[Start of section]

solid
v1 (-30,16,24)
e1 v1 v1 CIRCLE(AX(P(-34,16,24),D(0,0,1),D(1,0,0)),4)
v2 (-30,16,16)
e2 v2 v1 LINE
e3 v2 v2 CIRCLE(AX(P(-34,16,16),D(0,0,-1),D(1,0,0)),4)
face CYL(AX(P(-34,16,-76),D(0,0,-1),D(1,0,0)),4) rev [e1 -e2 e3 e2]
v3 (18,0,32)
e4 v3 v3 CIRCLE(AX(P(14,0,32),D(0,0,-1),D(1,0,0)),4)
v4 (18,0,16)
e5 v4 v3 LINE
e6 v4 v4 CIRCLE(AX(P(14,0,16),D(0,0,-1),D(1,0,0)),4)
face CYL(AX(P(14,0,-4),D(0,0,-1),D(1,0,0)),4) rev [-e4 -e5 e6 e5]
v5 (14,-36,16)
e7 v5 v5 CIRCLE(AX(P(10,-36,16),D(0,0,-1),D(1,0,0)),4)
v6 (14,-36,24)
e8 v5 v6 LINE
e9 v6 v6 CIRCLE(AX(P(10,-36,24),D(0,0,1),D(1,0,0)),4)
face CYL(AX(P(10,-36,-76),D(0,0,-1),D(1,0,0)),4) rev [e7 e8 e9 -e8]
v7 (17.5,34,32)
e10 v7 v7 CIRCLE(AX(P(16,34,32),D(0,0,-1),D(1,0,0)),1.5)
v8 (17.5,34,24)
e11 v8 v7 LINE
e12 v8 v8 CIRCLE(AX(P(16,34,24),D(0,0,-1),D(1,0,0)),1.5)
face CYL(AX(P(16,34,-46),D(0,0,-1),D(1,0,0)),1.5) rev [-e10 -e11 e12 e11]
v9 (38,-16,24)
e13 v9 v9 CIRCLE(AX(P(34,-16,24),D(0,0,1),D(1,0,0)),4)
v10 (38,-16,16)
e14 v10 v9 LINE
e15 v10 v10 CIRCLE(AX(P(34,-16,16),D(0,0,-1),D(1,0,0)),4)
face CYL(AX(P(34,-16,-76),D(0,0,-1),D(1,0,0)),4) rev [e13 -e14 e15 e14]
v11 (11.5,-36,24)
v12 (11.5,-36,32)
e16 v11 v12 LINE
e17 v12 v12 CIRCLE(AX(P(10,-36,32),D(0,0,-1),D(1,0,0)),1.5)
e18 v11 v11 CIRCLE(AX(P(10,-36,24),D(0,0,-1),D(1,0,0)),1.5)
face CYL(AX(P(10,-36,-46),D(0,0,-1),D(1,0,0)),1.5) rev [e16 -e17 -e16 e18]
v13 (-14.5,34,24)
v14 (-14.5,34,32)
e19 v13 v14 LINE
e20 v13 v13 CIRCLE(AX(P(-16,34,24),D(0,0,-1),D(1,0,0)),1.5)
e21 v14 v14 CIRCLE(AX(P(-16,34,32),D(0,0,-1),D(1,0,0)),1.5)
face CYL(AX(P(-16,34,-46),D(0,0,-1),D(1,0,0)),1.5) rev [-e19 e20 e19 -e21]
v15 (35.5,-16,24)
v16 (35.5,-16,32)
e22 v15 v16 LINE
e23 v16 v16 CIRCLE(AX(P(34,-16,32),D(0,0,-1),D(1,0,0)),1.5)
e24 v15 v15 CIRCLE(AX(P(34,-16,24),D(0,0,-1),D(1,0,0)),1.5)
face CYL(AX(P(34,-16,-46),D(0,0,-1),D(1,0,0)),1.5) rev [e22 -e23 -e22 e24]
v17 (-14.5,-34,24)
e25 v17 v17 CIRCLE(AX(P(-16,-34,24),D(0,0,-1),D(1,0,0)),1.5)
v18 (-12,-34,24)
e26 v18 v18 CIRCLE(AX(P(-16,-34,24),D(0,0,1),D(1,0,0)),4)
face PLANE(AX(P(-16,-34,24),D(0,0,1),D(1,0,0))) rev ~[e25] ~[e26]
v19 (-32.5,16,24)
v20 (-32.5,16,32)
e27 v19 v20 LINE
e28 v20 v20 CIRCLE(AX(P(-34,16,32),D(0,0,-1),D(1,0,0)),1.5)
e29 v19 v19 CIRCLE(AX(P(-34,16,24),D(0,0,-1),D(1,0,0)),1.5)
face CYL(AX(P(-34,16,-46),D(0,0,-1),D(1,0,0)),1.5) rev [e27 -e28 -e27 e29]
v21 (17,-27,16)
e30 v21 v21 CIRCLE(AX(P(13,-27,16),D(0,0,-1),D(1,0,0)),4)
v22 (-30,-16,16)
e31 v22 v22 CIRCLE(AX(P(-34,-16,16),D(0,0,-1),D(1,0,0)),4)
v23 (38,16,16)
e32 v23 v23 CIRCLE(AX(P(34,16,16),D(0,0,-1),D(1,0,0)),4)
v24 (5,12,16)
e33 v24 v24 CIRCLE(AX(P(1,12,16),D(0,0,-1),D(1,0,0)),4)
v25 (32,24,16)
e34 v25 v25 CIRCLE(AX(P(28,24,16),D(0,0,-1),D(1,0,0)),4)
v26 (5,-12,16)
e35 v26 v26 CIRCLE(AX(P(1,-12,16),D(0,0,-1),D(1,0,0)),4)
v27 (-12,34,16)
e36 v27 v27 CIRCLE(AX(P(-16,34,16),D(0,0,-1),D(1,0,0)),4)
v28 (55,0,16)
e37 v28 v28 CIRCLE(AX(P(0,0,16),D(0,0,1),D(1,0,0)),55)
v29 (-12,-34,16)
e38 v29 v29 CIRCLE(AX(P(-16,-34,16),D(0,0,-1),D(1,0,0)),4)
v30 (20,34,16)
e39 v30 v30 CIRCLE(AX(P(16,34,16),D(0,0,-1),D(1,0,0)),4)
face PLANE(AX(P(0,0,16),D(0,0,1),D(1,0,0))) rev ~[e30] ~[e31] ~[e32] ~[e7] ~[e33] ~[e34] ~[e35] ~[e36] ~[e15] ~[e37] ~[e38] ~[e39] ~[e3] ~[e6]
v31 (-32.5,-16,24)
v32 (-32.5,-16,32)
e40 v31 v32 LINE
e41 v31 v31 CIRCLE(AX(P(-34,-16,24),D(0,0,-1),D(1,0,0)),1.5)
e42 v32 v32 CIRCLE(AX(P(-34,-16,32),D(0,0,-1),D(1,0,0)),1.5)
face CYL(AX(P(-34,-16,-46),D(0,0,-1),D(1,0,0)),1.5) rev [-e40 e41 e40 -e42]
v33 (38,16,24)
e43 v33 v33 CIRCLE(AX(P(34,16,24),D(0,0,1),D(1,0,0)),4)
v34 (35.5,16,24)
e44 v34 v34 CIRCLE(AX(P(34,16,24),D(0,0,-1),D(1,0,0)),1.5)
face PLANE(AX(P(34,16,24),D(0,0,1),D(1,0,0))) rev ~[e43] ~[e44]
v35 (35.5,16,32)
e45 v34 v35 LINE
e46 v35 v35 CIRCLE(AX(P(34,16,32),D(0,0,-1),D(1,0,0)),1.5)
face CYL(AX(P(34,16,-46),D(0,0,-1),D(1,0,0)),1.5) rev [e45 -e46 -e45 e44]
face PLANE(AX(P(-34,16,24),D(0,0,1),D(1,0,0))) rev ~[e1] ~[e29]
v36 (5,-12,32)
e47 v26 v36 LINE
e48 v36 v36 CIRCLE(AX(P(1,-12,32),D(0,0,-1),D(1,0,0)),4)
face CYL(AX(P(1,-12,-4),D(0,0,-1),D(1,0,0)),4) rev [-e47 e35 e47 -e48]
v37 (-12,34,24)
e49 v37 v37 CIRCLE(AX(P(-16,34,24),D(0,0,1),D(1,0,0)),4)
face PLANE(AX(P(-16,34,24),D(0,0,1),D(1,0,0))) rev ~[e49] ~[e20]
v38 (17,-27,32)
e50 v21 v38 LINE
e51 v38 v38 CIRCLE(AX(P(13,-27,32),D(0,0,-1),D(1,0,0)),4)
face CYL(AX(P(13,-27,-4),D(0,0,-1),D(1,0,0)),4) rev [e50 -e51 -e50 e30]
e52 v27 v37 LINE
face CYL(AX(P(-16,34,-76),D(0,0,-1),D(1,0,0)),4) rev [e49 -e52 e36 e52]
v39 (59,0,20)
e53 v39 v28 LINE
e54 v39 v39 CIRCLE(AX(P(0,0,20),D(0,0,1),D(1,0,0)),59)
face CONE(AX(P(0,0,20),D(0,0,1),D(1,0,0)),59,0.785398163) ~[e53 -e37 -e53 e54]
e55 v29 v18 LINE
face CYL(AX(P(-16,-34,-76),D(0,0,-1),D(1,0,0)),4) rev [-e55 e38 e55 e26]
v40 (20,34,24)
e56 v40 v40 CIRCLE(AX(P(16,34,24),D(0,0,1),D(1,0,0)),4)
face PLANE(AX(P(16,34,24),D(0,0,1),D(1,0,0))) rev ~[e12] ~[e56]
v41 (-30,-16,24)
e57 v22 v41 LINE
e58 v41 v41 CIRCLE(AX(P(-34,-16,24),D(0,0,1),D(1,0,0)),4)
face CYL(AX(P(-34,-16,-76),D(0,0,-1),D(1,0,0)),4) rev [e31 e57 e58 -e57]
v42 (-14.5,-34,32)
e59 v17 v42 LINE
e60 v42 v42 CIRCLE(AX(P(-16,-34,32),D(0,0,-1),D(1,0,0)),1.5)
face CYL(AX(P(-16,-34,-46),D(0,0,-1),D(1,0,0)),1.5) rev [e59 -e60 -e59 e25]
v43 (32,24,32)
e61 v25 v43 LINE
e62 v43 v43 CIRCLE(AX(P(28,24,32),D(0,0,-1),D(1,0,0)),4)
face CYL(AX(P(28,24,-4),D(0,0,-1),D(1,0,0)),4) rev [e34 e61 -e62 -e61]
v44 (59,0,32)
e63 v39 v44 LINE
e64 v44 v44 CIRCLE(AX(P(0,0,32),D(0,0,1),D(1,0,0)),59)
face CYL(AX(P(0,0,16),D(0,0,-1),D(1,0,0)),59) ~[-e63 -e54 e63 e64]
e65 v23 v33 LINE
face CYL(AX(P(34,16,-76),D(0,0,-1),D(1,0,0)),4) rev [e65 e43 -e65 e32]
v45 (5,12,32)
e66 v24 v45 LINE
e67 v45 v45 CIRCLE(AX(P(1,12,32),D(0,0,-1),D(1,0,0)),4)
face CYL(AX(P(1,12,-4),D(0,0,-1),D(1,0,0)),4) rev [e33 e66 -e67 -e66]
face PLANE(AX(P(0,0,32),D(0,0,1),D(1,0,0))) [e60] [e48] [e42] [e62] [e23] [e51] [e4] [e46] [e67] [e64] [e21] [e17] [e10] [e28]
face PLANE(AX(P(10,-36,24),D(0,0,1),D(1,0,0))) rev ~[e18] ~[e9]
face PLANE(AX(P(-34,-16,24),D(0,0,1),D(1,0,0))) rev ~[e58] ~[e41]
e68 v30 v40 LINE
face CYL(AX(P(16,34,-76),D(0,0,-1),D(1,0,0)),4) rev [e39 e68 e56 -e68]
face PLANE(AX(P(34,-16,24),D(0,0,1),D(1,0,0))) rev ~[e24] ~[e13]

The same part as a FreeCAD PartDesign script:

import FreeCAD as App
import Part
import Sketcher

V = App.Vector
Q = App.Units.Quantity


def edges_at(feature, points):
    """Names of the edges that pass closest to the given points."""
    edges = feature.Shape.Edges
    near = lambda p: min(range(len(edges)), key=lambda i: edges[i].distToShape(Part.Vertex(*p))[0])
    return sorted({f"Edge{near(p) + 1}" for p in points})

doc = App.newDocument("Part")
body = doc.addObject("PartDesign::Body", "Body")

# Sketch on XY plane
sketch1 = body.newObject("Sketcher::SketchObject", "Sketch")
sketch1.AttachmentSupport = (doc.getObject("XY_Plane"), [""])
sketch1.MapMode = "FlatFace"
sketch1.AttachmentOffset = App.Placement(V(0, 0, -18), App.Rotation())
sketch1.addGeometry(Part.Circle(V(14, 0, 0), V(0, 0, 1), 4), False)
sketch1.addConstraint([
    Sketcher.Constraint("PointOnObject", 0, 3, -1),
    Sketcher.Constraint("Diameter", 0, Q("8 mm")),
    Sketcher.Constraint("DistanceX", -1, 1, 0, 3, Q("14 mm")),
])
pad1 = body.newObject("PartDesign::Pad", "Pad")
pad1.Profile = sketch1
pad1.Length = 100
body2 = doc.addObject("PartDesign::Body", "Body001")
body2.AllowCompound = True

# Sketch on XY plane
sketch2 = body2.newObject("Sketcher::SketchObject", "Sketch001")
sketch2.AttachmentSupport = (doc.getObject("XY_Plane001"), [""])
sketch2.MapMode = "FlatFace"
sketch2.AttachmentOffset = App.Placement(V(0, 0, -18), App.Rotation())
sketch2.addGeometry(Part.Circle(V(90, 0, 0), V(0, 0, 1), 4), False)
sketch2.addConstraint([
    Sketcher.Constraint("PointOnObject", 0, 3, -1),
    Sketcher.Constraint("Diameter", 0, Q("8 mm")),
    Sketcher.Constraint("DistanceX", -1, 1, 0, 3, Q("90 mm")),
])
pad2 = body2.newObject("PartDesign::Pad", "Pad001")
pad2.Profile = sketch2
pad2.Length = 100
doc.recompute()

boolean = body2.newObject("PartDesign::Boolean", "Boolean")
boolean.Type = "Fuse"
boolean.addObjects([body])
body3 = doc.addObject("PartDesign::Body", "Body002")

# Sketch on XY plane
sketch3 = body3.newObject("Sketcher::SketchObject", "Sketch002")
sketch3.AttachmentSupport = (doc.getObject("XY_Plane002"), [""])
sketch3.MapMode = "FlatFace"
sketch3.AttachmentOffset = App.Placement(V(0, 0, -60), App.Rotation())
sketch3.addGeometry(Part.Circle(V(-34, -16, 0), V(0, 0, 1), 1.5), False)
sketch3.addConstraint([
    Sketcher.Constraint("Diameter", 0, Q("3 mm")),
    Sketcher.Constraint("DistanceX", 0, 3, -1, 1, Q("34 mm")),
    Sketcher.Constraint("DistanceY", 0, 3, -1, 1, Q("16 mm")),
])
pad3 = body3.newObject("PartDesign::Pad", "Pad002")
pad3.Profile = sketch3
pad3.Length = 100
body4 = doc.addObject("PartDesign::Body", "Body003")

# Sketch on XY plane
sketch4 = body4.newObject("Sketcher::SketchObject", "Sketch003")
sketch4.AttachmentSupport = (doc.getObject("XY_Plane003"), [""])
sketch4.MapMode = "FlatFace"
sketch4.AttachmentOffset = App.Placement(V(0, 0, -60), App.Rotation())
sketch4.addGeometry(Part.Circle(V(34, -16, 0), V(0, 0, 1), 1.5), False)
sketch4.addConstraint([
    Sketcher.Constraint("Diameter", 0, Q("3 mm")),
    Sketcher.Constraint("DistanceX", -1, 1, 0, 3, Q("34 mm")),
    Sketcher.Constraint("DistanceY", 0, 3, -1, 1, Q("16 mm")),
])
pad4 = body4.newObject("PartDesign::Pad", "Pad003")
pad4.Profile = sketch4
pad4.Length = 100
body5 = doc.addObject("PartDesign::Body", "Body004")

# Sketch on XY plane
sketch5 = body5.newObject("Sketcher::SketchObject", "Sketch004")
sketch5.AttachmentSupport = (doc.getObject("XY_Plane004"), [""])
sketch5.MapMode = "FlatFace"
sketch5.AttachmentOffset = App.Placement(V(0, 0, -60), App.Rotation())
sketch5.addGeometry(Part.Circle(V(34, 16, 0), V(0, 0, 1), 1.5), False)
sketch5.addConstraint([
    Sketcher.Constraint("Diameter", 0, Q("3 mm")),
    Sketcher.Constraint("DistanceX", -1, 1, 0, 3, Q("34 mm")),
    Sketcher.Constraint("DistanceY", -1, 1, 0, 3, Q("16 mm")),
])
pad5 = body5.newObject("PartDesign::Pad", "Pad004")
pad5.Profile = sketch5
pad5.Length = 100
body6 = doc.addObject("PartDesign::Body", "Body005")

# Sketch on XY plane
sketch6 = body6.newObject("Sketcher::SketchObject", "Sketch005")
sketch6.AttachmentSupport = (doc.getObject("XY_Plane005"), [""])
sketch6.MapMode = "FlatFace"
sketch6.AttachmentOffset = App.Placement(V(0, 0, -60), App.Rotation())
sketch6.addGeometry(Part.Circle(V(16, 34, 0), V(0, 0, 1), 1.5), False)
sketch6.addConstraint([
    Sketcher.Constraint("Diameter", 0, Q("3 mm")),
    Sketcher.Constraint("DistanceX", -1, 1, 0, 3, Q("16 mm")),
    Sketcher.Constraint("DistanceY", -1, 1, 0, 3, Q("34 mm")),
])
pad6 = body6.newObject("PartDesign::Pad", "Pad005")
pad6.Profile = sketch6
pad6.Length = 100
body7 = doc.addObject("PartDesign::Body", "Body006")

[End of section]

◆ TASK STATEMENT ◆
Your answer should consist solely of the lines above from the line with "e25 v17 v17" to the line with "v26 (5,-12,16)", both included, reproduced exactly.

◆ ANSWER TO THIS PROBLEM ◆
e25 v17 v17 CIRCLE(AX(P(-16,-34,24),D(0,0,-1),D(1,0,0)),1.5)
v18 (-12,-34,24)
e26 v18 v18 CIRCLE(AX(P(-16,-34,24),D(0,0,1),D(1,0,0)),4)
face PLANE(AX(P(-16,-34,24),D(0,0,1),D(1,0,0))) rev ~[e25] ~[e26]
v19 (-32.5,16,24)
v20 (-32.5,16,32)
e27 v19 v20 LINE
e28 v20 v20 CIRCLE(AX(P(-34,16,32),D(0,0,-1),D(1,0,0)),1.5)
e29 v19 v19 CIRCLE(AX(P(-34,16,24),D(0,0,-1),D(1,0,0)),1.5)
face CYL(AX(P(-34,16,-46),D(0,0,-1),D(1,0,0)),1.5) rev [e27 -e28 -e27 e29]
v21 (17,-27,16)
e30 v21 v21 CIRCLE(AX(P(13,-27,16),D(0,0,-1),D(1,0,0)),4)
v22 (-30,-16,16)
e31 v22 v22 CIRCLE(AX(P(-34,-16,16),D(0,0,-1),D(1,0,0)),4)
v23 (38,16,16)
e32 v23 v23 CIRCLE(AX(P(34,16,16),D(0,0,-1),D(1,0,0)),4)
v24 (5,12,16)
e33 v24 v24 CIRCLE(AX(P(1,12,16),D(0,0,-1),D(1,0,0)),4)
v25 (32,24,16)
e34 v25 v25 CIRCLE(AX(P(28,24,16),D(0,0,-1),D(1,0,0)),4)
v26 (5,-12,16)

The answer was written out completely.